# Task to complete:
Among the entries below, only the lines starting at the one with "v 0 76.676 -34.248" and ending at the one with "v 0 53.167 -20.8", both included, are to be printed exactly.

::: Supplied data :::

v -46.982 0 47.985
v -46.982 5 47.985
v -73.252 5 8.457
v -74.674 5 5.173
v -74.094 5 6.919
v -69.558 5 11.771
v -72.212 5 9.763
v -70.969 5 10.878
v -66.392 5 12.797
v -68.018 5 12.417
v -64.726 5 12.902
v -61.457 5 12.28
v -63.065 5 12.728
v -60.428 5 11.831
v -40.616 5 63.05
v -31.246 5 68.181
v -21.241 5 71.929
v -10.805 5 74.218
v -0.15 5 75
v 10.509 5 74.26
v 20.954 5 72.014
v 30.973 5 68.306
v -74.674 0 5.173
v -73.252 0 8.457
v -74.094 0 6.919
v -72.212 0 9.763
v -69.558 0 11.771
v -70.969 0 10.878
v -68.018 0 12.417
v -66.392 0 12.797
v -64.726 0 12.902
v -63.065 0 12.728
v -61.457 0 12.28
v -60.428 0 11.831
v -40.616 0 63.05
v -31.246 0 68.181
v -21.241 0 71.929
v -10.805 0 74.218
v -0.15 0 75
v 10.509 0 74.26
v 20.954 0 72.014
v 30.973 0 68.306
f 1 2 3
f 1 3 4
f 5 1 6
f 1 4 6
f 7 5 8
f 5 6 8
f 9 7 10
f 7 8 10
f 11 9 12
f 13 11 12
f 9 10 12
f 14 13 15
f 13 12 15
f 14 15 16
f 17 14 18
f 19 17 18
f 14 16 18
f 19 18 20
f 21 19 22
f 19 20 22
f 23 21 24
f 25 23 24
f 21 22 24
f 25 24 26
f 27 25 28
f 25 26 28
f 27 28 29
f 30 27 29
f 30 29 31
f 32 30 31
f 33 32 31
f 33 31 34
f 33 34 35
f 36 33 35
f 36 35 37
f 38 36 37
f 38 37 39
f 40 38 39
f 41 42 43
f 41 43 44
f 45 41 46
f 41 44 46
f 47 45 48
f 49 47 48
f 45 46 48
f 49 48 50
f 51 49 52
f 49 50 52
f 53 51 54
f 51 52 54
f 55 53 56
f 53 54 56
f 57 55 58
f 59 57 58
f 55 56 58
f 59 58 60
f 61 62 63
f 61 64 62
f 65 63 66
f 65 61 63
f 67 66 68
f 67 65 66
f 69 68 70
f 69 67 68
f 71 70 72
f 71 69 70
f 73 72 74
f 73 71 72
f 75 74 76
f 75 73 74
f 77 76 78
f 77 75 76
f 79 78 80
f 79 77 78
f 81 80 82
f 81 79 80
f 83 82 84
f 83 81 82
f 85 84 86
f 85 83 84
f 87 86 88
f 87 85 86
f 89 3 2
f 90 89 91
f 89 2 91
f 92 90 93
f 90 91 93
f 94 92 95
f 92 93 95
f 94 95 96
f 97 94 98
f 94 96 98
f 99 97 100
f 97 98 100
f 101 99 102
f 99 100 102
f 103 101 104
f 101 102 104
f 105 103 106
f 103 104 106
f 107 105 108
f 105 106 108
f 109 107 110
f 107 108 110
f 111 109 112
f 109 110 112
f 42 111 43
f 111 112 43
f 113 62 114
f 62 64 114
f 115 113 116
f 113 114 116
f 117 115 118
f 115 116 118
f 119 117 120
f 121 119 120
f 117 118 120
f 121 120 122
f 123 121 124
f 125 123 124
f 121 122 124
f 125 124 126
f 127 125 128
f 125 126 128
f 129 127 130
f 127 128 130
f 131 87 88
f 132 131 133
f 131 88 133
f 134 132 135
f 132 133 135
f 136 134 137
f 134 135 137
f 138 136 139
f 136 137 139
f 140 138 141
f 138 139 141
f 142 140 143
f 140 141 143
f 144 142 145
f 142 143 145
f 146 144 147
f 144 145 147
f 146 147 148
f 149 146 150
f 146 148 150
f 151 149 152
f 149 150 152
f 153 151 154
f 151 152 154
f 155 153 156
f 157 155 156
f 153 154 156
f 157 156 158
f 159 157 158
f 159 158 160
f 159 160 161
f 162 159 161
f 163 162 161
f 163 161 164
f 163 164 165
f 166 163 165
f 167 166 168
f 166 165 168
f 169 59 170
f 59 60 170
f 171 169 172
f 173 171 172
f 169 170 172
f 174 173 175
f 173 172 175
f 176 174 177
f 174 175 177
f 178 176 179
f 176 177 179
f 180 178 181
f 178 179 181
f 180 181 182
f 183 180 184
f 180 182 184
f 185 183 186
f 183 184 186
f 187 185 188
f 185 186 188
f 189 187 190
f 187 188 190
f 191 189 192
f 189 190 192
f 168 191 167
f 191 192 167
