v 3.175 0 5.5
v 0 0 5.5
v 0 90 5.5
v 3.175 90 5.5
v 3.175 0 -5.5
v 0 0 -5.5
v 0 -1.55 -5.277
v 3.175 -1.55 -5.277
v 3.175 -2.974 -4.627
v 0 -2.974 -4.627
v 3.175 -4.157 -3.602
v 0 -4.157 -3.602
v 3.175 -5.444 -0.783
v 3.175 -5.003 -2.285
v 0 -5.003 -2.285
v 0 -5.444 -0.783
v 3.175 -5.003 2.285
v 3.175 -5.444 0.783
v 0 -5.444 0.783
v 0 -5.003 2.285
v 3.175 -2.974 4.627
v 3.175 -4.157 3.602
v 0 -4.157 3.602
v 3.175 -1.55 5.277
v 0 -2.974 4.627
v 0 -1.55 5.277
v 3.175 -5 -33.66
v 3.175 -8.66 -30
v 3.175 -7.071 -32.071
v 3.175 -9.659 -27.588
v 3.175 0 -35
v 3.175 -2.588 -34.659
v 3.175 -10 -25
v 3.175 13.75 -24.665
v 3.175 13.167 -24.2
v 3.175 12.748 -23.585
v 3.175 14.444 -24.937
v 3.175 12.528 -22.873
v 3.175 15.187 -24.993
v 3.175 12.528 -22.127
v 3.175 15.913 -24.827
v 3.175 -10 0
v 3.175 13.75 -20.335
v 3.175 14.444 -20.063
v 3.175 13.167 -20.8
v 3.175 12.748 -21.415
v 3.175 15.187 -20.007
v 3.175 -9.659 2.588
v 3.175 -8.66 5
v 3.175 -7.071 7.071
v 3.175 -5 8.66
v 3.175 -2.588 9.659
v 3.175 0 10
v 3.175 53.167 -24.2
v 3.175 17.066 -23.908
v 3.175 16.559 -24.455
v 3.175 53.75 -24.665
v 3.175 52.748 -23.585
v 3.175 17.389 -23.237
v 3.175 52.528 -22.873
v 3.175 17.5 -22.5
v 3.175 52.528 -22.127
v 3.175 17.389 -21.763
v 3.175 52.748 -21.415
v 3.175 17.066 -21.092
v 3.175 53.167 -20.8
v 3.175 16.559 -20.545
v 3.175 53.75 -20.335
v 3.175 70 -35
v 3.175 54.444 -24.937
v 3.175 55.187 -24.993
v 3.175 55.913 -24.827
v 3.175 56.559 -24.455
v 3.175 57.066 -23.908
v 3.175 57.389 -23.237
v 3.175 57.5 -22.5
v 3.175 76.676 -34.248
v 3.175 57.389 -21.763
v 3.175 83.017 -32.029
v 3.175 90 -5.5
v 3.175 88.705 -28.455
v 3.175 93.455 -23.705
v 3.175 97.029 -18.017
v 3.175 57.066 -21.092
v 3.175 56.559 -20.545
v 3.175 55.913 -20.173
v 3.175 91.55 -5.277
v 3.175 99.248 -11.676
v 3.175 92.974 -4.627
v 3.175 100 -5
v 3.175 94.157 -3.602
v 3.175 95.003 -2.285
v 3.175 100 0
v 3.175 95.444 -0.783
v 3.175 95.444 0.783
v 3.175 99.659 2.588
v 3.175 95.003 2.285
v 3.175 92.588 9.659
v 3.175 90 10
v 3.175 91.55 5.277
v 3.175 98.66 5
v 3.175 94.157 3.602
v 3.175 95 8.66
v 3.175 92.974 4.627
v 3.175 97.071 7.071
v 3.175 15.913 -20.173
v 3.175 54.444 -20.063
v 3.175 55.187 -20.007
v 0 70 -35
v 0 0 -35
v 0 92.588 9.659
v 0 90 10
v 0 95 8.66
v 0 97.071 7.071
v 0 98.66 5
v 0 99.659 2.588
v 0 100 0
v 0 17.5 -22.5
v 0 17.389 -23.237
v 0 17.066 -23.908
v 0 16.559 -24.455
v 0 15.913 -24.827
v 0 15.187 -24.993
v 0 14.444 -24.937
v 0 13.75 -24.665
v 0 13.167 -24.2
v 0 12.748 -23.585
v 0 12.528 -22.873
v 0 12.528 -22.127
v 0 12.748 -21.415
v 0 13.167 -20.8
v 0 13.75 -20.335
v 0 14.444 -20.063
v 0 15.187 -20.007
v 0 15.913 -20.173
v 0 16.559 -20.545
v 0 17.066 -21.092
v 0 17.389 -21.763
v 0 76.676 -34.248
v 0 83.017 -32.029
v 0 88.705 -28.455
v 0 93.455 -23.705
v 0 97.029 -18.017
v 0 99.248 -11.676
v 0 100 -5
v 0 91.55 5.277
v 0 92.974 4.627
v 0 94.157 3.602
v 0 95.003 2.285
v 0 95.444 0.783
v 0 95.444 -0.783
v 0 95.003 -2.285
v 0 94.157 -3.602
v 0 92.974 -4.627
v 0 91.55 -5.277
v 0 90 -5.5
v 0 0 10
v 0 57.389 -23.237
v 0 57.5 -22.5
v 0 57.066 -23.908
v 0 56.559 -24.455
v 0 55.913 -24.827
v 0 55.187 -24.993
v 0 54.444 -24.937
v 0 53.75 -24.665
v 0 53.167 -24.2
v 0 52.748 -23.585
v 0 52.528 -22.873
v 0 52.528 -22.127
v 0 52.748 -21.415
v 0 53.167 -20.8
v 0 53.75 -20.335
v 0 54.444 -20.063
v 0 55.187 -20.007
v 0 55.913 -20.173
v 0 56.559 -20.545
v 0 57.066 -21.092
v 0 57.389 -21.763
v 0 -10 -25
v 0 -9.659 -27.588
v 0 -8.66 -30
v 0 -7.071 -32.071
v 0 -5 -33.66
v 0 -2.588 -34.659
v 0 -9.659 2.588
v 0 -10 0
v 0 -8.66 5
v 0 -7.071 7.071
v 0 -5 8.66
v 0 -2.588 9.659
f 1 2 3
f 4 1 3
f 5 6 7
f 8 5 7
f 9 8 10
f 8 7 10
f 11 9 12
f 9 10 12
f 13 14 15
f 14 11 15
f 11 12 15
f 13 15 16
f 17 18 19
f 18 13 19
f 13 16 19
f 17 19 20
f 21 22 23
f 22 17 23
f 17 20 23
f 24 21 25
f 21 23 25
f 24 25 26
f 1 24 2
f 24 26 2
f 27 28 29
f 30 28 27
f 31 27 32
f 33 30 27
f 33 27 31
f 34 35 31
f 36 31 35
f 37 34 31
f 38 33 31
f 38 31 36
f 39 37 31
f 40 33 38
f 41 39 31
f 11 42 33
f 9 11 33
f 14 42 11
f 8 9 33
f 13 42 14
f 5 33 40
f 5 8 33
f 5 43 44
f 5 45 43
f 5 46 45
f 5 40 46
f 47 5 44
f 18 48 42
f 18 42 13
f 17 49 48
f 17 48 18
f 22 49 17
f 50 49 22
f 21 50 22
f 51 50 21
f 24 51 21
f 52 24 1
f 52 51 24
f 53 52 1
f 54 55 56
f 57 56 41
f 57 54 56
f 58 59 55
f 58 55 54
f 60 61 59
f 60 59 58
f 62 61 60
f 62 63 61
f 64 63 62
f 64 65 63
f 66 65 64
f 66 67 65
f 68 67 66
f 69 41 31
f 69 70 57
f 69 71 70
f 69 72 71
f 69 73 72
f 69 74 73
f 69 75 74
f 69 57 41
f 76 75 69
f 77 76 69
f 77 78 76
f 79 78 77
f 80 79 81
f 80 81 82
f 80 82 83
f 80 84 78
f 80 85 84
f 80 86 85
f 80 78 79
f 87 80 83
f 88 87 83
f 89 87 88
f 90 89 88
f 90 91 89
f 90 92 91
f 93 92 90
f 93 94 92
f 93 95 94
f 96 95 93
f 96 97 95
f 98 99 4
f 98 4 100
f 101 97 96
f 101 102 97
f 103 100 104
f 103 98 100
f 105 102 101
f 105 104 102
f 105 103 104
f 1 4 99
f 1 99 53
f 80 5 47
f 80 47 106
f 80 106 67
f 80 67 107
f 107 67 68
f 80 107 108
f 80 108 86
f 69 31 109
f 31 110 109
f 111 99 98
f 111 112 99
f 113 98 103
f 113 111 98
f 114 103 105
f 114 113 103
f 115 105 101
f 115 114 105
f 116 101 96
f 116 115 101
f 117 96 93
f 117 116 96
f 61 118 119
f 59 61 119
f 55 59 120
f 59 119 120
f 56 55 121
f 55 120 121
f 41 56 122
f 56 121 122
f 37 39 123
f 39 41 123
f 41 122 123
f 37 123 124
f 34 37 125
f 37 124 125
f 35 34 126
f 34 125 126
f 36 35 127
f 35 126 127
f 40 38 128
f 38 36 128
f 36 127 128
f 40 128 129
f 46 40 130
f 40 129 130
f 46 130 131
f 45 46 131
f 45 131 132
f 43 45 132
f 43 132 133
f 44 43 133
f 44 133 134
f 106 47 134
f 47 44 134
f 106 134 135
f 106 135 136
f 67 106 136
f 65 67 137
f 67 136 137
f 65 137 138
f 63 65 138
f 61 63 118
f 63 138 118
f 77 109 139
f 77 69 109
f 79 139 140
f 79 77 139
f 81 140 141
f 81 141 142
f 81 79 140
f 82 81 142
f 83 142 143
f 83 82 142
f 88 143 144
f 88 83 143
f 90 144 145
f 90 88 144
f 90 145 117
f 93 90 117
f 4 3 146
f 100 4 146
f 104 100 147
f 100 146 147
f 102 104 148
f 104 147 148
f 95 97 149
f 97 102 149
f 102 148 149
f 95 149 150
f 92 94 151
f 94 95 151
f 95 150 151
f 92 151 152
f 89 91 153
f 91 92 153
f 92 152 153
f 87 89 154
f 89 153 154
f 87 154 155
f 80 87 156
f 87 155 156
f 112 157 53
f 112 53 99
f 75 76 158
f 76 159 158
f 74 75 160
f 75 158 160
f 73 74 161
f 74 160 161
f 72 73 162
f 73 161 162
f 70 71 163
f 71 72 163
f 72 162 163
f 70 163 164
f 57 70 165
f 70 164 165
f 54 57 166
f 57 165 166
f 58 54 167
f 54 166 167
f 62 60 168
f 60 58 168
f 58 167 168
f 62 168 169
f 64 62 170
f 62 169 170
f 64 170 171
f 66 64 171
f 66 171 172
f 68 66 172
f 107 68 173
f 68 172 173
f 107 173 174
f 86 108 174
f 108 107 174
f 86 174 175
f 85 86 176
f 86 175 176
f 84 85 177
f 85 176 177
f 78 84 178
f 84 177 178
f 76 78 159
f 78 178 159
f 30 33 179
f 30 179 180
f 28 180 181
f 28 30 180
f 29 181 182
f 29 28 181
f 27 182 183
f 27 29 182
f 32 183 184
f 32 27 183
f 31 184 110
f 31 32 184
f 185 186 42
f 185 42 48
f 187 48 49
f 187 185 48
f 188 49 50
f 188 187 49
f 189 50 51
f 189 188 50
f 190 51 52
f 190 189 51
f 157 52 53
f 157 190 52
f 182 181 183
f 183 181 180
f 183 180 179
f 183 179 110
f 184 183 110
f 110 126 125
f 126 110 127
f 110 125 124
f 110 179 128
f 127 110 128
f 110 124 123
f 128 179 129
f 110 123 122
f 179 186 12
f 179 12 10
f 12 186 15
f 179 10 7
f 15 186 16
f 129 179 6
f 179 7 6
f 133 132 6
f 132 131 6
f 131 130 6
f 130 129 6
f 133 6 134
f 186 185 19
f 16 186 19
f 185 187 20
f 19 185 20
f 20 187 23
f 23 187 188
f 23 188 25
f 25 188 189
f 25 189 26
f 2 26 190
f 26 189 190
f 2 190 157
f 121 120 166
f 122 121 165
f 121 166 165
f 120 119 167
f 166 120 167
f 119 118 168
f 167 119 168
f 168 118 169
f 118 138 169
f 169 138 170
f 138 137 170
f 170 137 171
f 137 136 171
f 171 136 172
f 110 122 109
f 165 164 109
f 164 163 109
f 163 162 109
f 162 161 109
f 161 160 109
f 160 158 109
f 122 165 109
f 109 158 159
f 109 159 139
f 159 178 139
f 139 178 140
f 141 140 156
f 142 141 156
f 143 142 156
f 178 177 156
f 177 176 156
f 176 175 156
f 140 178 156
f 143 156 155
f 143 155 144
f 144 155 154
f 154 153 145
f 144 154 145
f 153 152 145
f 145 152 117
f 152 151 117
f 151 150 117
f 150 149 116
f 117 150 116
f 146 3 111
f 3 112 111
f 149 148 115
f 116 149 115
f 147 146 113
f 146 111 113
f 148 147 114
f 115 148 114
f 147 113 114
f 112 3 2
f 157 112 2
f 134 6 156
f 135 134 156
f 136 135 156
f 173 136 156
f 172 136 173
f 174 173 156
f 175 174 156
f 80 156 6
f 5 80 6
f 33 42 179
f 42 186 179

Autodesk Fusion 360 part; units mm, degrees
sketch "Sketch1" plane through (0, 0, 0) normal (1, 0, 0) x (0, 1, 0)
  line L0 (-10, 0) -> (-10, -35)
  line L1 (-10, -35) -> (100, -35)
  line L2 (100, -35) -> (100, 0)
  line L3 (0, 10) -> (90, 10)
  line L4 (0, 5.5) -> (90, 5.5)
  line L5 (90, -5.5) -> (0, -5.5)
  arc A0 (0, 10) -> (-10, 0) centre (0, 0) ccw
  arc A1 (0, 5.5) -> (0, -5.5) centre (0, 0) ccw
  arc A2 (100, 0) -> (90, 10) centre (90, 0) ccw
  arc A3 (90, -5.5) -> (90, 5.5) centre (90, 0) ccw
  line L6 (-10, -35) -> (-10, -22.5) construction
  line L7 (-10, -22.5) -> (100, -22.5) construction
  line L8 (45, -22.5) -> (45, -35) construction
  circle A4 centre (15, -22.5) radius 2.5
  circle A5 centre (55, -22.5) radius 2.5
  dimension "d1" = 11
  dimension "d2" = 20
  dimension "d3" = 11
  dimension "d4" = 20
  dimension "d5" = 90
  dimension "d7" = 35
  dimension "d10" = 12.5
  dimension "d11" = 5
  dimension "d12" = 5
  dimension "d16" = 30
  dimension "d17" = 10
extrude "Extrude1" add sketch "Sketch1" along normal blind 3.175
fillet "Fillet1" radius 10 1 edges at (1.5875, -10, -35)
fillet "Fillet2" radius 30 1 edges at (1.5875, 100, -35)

:::
::: Supplied data :::

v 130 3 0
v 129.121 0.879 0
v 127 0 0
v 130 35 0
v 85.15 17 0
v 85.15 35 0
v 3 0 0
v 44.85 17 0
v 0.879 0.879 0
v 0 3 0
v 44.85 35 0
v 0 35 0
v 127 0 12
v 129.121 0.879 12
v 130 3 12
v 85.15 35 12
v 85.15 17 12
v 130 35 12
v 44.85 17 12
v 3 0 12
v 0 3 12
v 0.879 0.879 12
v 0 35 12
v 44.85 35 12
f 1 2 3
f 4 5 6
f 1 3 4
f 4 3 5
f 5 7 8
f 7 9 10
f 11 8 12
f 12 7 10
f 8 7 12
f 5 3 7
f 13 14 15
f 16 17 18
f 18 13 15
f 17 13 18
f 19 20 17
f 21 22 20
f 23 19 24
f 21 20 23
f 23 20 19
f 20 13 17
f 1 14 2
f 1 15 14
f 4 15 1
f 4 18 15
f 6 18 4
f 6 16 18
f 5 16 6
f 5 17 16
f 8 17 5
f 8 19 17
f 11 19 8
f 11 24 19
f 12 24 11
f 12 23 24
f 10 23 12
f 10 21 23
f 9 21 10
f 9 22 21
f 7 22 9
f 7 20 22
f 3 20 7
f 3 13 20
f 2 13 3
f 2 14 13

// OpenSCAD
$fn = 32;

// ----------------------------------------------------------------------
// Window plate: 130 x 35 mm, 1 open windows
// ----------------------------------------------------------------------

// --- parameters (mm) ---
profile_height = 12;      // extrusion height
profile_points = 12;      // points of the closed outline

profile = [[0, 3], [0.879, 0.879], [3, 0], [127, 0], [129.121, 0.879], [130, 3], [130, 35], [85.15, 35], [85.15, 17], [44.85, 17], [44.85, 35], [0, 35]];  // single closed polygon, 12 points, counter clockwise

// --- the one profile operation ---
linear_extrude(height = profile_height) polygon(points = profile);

:::

# Solution to this problem:
v 0 76.676 -34.248
v 0 83.017 -32.029
v 0 88.705 -28.455
v 0 93.455 -23.705
v 0 97.029 -18.017
v 0 99.248 -11.676
v 0 100 -5
v 0 91.55 5.277
v 0 92.974 4.627
v 0 94.157 3.602
v 0 95.003 2.285
v 0 95.444 0.783
v 0 95.444 -0.783
v 0 95.003 -2.285
v 0 94.157 -3.602
v 0 92.974 -4.627
v 0 91.55 -5.277
v 0 90 -5.5
v 0 0 10
v 0 57.389 -23.237
v 0 57.5 -22.5
v 0 57.066 -23.908
v 0 56.559 -24.455
v 0 55.913 -24.827
v 0 55.187 -24.993
v 0 54.444 -24.937
v 0 53.75 -24.665
v 0 53.167 -24.2
v 0 52.748 -23.585
v 0 52.528 -22.873
v 0 52.528 -22.127
v 0 52.748 -21.415
v 0 53.167 -20.8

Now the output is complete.